It doesn't prevent an app-level outage (corrupted data in the database, bad
architecture,...) but at least I don't have to worry about servers going down
anymore.

As for the rest, unit & extensive integration tests along with continuous
integration and linting. Oh, and a typed language. Moving from Javascript to
Typescript was a blessing. But I still miss Swift.

------
asadlionpk
We are a very small team at
[https://codeinterview.io](https://codeinterview.io). We recently achieved a
respectable level of reliability with a tiny team. Some things you should do:

\- Atleast have a pool of 2 instances (ideally per service) running under an
auto-scaler or a managed K8s (GKE is best) with LB in front. May also want to
explore EBS and google cloud run. If you can use them, use them!

\- Uptime alerts. pingdom (or newrelic alerts) with pagerduty added.

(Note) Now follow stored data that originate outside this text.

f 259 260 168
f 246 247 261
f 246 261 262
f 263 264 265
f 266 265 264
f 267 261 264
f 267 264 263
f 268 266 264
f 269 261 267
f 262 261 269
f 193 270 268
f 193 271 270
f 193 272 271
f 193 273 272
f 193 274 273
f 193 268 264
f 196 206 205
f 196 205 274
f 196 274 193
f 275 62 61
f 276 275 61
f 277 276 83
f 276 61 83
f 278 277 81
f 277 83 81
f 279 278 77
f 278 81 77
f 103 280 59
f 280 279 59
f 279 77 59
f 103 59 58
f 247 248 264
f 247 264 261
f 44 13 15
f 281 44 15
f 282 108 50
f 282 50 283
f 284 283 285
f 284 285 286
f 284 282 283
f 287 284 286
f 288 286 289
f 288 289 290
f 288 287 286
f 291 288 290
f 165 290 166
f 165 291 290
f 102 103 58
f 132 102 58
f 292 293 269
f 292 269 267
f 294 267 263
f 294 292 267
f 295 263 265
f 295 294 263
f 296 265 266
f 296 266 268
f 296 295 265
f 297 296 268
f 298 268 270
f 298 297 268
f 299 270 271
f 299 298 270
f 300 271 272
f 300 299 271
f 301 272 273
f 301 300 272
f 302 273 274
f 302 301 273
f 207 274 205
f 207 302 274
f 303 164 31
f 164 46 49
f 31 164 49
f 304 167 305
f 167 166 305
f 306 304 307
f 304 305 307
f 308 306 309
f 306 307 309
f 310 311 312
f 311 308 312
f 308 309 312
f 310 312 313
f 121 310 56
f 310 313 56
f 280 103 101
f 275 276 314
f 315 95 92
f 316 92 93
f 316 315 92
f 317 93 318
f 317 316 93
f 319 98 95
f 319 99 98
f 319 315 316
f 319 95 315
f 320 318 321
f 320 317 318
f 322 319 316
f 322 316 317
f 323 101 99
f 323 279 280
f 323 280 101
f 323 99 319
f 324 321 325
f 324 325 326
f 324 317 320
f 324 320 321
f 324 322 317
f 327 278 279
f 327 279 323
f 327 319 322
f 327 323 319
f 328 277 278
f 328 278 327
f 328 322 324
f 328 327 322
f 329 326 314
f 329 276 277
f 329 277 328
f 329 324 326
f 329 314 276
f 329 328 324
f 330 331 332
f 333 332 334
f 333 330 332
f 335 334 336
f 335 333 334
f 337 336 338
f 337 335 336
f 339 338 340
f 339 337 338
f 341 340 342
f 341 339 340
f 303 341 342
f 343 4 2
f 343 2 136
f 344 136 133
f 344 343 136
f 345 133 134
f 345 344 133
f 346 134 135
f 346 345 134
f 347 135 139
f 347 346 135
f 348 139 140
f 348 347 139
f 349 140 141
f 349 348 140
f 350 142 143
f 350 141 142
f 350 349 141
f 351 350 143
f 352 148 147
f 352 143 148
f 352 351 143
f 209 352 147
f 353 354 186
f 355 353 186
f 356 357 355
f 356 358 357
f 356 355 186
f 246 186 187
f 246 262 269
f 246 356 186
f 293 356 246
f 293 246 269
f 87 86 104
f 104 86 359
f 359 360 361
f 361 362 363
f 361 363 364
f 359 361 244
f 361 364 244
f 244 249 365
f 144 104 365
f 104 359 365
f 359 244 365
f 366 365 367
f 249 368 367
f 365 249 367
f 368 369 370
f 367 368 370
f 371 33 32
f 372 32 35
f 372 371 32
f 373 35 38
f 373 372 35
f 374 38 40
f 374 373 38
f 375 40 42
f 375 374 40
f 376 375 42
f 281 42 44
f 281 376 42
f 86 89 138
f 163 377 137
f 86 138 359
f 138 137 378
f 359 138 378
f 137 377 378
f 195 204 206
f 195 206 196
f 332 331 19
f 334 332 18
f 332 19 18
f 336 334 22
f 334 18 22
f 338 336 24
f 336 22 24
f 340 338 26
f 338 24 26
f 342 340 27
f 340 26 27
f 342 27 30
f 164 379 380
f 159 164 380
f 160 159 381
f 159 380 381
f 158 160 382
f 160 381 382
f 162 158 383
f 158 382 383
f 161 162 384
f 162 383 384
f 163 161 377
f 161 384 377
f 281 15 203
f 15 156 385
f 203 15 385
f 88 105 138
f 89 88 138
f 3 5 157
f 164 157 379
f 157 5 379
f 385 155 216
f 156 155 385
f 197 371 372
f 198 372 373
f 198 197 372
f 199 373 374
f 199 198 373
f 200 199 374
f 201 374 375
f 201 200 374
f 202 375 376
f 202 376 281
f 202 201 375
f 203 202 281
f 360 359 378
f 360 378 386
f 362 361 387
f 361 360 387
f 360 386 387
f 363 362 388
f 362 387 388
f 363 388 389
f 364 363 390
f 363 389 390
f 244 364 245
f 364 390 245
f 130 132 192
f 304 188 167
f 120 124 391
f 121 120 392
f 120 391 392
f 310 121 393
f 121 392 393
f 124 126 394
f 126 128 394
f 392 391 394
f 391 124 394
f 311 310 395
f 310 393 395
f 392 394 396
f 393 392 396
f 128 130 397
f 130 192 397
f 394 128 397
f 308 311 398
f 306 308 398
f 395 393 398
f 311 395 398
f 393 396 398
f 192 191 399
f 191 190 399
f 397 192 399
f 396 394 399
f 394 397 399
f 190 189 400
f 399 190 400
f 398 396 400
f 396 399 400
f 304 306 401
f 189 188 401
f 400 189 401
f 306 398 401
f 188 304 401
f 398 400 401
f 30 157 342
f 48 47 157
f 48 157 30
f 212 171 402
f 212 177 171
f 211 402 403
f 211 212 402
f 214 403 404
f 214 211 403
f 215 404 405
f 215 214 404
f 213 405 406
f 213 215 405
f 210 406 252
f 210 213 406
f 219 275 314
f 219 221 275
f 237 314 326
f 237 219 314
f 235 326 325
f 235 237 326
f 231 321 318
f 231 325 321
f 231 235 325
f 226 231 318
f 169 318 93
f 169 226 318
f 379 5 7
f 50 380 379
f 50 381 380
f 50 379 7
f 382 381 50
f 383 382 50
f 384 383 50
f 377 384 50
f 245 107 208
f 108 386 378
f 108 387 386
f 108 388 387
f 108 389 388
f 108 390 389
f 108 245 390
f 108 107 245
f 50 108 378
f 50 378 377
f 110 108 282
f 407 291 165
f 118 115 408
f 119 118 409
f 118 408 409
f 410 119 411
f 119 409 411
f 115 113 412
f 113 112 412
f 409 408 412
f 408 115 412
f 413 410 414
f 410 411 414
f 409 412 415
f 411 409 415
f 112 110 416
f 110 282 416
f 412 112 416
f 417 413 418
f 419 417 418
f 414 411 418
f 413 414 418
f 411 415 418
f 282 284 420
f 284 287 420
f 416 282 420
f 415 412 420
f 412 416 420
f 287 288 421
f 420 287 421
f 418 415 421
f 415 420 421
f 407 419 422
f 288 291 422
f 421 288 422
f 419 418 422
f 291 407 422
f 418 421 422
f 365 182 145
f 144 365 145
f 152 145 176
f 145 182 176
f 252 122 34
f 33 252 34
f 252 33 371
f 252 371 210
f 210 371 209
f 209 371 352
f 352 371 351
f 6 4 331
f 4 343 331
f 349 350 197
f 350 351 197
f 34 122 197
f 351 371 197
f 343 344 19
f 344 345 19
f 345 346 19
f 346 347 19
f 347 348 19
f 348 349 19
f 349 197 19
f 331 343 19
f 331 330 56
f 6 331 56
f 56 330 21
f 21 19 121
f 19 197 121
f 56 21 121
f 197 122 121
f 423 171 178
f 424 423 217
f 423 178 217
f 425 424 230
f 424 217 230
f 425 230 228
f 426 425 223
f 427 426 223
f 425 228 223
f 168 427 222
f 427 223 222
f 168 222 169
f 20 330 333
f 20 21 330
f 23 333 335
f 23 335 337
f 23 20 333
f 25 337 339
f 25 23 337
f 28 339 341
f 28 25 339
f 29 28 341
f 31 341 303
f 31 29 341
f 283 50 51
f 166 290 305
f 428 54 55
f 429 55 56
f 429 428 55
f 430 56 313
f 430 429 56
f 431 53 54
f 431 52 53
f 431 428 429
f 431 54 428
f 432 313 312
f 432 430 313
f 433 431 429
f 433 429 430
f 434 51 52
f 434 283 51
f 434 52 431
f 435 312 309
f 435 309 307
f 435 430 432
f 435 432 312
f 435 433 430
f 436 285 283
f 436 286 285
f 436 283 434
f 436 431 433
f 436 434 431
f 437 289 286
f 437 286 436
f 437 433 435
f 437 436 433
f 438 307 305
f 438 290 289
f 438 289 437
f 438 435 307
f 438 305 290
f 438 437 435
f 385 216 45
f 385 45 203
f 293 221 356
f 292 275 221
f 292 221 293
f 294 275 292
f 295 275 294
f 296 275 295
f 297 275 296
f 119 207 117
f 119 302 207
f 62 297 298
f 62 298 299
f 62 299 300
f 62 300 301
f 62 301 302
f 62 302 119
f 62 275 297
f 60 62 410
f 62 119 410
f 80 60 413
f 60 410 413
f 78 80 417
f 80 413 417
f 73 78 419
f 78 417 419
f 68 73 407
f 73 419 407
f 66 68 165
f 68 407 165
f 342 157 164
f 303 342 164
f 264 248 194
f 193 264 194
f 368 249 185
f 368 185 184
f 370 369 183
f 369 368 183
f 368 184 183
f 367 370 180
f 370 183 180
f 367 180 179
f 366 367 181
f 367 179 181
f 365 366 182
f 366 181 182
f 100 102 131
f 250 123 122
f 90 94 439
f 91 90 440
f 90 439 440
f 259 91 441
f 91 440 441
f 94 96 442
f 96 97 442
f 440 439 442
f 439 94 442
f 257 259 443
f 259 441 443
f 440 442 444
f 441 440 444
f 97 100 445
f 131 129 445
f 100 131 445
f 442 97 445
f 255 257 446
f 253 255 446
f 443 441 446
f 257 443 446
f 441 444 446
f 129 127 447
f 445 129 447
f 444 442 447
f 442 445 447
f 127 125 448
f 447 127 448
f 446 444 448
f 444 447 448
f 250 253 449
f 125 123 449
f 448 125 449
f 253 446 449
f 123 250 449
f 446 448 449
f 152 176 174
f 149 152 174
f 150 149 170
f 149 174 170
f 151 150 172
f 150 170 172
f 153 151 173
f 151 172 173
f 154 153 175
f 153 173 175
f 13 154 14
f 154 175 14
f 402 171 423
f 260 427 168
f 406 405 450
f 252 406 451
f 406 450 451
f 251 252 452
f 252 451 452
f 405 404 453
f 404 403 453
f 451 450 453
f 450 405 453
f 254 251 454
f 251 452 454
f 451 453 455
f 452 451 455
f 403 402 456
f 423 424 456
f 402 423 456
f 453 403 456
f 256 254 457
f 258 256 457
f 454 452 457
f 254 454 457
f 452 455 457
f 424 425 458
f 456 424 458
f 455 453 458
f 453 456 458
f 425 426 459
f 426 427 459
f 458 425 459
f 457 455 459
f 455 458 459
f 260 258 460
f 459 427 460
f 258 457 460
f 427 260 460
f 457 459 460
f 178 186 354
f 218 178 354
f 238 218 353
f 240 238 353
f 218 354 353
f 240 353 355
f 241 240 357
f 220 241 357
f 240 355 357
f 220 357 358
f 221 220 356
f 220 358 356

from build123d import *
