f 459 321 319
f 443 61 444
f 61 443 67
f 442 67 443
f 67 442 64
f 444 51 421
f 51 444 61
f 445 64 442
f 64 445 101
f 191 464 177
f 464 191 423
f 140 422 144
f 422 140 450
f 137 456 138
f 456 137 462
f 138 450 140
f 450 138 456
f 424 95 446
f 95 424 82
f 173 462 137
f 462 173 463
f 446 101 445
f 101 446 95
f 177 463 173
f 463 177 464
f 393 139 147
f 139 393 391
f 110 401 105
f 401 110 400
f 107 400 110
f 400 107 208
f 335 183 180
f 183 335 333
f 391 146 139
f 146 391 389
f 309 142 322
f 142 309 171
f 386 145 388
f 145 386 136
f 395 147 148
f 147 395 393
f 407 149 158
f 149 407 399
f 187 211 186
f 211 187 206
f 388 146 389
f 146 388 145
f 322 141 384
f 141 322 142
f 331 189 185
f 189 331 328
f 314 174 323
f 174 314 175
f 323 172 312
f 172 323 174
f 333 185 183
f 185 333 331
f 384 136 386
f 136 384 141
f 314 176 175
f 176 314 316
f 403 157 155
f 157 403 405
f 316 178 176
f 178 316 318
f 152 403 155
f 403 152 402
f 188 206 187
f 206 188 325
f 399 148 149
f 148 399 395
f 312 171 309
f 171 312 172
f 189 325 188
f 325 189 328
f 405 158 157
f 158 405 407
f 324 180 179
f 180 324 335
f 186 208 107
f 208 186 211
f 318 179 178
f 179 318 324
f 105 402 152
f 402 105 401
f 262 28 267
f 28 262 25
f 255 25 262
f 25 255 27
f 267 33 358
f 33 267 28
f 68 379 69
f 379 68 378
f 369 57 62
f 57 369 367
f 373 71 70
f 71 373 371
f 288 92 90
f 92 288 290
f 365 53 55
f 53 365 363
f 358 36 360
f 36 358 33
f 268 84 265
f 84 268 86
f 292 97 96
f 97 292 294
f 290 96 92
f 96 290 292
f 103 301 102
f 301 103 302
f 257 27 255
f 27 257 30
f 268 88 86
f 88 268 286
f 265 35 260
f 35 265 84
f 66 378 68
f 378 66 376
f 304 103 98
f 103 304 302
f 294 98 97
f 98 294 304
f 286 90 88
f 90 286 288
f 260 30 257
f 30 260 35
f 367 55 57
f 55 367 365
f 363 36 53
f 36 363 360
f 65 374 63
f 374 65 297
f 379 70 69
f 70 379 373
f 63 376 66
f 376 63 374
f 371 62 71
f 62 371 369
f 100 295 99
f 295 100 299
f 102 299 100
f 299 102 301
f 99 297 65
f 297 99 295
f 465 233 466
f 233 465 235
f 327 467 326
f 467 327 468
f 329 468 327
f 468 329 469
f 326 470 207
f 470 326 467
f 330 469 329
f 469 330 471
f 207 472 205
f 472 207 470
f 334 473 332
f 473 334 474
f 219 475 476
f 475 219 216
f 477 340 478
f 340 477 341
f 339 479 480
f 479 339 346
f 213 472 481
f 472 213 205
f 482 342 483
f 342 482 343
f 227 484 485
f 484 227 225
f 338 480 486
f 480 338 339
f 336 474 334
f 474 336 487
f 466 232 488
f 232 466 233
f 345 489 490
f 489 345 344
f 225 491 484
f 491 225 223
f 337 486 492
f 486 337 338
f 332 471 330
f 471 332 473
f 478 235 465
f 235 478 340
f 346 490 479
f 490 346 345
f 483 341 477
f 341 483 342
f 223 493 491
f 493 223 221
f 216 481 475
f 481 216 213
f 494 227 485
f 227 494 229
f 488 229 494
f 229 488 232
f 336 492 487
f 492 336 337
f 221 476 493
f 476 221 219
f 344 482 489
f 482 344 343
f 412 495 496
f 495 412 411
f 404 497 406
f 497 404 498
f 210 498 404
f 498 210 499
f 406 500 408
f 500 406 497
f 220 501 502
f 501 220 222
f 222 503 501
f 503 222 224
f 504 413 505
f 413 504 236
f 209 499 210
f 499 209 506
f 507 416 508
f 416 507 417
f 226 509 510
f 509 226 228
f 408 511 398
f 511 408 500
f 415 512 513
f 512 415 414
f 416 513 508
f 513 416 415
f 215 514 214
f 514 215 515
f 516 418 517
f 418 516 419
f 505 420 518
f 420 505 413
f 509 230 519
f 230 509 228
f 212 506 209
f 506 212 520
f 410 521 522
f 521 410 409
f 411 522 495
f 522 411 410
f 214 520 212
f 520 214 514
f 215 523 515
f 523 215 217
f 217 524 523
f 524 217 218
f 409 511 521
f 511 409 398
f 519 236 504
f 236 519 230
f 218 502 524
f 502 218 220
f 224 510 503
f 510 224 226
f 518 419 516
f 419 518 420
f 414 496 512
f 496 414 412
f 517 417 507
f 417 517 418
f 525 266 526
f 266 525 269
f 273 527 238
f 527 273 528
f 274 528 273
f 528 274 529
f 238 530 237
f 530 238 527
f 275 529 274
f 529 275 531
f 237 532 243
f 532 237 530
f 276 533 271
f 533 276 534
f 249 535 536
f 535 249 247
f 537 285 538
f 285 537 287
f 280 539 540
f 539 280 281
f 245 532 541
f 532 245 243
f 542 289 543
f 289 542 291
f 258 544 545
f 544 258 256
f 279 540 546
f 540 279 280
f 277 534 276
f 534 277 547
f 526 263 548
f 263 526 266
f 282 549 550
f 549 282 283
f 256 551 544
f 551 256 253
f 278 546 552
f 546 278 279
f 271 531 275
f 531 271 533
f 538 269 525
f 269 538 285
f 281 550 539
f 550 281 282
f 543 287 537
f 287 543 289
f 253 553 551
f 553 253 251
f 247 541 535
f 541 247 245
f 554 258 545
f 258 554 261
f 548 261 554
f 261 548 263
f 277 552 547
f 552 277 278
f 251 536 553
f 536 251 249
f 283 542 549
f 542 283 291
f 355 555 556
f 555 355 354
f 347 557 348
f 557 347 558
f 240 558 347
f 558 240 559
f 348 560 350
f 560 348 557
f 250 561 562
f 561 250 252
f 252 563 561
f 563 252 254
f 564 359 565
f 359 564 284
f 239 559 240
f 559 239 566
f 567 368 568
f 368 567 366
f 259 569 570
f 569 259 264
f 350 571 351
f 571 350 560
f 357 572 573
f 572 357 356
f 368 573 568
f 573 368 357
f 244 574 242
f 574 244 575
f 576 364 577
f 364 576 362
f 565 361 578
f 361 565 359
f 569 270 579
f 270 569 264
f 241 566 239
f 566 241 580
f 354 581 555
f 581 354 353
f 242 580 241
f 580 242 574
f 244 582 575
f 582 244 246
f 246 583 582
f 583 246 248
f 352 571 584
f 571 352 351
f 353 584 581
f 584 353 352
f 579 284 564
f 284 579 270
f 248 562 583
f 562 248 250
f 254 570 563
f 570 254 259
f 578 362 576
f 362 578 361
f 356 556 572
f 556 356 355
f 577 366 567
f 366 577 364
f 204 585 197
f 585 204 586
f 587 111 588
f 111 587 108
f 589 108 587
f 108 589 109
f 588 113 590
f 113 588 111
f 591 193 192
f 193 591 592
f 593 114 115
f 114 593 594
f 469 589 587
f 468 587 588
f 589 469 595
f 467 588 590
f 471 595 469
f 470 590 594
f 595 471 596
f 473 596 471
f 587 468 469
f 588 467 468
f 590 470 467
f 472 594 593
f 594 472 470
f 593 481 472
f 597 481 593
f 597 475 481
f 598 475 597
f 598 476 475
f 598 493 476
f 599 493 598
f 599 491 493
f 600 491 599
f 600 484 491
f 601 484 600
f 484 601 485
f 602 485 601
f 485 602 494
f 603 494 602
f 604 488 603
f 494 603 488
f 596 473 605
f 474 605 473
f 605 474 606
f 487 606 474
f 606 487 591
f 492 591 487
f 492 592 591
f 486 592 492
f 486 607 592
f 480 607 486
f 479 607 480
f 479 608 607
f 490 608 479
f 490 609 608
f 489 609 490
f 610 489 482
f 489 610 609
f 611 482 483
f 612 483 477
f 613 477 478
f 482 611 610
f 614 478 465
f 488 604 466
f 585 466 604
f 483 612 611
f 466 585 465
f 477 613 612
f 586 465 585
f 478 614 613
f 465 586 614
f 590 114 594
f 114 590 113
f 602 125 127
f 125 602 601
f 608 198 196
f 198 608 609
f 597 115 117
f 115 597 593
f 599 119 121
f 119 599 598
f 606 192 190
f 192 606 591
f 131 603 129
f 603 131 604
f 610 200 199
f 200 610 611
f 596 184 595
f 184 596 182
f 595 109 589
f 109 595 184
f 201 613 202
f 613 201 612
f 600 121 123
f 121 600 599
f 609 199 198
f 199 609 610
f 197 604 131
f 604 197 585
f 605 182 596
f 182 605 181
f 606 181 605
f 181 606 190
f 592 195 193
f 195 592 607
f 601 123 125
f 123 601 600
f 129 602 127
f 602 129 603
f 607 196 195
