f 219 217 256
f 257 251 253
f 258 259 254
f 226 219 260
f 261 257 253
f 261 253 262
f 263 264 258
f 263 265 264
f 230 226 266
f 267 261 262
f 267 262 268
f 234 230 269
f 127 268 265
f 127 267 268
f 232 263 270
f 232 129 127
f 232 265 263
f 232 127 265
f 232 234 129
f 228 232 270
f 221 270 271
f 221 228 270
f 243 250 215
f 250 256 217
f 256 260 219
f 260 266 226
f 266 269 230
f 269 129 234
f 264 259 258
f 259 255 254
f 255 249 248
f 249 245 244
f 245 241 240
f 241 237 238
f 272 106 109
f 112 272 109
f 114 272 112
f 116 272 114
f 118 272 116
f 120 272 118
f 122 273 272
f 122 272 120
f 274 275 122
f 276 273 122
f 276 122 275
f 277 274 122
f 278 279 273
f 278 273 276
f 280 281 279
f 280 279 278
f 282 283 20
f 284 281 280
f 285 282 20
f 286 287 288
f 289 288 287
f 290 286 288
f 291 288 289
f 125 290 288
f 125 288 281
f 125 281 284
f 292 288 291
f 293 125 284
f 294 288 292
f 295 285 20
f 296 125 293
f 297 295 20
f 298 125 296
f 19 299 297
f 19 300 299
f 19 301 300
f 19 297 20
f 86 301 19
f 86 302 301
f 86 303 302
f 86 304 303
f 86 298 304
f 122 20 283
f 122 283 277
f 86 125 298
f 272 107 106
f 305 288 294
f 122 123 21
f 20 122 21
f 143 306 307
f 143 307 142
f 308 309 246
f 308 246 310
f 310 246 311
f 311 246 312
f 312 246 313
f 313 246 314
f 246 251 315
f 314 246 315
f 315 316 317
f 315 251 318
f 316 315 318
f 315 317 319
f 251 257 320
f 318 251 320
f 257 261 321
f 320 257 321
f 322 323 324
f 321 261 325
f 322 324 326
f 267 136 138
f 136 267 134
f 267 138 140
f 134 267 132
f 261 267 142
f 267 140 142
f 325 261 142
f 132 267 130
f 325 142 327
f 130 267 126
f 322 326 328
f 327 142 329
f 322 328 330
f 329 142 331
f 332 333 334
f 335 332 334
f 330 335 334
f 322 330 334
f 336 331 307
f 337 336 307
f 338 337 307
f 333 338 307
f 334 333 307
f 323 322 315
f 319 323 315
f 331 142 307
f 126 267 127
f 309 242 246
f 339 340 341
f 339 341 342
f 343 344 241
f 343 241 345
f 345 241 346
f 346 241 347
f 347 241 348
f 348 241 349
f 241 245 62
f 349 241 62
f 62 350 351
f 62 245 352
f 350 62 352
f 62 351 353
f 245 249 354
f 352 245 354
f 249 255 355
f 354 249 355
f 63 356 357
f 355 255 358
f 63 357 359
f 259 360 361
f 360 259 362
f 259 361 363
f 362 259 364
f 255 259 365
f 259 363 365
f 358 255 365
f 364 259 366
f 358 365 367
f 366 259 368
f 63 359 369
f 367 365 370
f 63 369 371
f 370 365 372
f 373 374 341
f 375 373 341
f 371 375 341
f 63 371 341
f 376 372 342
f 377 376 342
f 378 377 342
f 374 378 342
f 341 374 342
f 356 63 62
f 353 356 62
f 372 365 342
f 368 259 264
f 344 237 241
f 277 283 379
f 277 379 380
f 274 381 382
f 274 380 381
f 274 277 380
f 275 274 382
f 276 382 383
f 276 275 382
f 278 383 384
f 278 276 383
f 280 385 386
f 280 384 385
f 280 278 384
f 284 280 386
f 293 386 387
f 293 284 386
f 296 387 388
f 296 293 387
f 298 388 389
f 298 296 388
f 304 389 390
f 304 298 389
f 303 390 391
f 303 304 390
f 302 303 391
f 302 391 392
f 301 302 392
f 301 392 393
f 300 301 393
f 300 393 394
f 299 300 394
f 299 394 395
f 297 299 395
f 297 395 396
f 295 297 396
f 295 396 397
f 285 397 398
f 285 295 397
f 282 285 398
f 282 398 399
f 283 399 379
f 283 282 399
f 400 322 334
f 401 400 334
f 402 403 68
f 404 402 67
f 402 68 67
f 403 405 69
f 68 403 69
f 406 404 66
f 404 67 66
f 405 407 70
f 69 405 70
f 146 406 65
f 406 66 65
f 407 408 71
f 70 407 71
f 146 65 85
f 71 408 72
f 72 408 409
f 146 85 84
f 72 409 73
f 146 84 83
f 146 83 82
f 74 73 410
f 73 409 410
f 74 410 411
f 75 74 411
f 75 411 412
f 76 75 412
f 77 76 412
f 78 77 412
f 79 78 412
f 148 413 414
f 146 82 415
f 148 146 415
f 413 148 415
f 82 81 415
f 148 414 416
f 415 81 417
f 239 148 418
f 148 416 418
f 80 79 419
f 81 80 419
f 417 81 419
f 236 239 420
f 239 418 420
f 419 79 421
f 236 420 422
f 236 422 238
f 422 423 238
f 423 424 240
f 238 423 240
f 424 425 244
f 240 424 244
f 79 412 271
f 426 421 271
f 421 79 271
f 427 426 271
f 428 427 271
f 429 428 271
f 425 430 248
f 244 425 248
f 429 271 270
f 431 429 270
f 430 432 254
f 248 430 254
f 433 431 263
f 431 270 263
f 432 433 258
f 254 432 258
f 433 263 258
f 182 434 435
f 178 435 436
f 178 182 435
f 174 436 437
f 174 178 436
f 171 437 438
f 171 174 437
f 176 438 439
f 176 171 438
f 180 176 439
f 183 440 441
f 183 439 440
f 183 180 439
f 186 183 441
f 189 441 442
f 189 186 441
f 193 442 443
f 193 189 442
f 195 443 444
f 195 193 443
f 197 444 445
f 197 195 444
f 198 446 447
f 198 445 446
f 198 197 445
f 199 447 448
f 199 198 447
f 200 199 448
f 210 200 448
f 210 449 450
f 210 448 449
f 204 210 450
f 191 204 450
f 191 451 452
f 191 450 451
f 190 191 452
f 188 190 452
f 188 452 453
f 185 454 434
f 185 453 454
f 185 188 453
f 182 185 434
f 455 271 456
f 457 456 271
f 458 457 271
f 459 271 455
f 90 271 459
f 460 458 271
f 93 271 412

\- Health checks! The trick is to recover the failed container/pod/service
before you get that pagerduty call. Ideally, if you have 2 of each service
running #2 will handle the requests until the #1 is recreated.

\- Sentry + newrelic APM + infra: You should monitor all error stack traces,
request throughput, avg response time. For infra, you mainly need to watch
memory and CPU usage. Also on each downtime, you should have greater
visibility at what caused it. You should set alerts on higher than normal
memory usage so you can prevent the crash.

\- Logs, your server logs should be stored somewhere (stackdriver on gcloud or
cloudwatch on aws).

These might sound overwhelming for a single person but these are one time
efforts after which they are mostly automatic.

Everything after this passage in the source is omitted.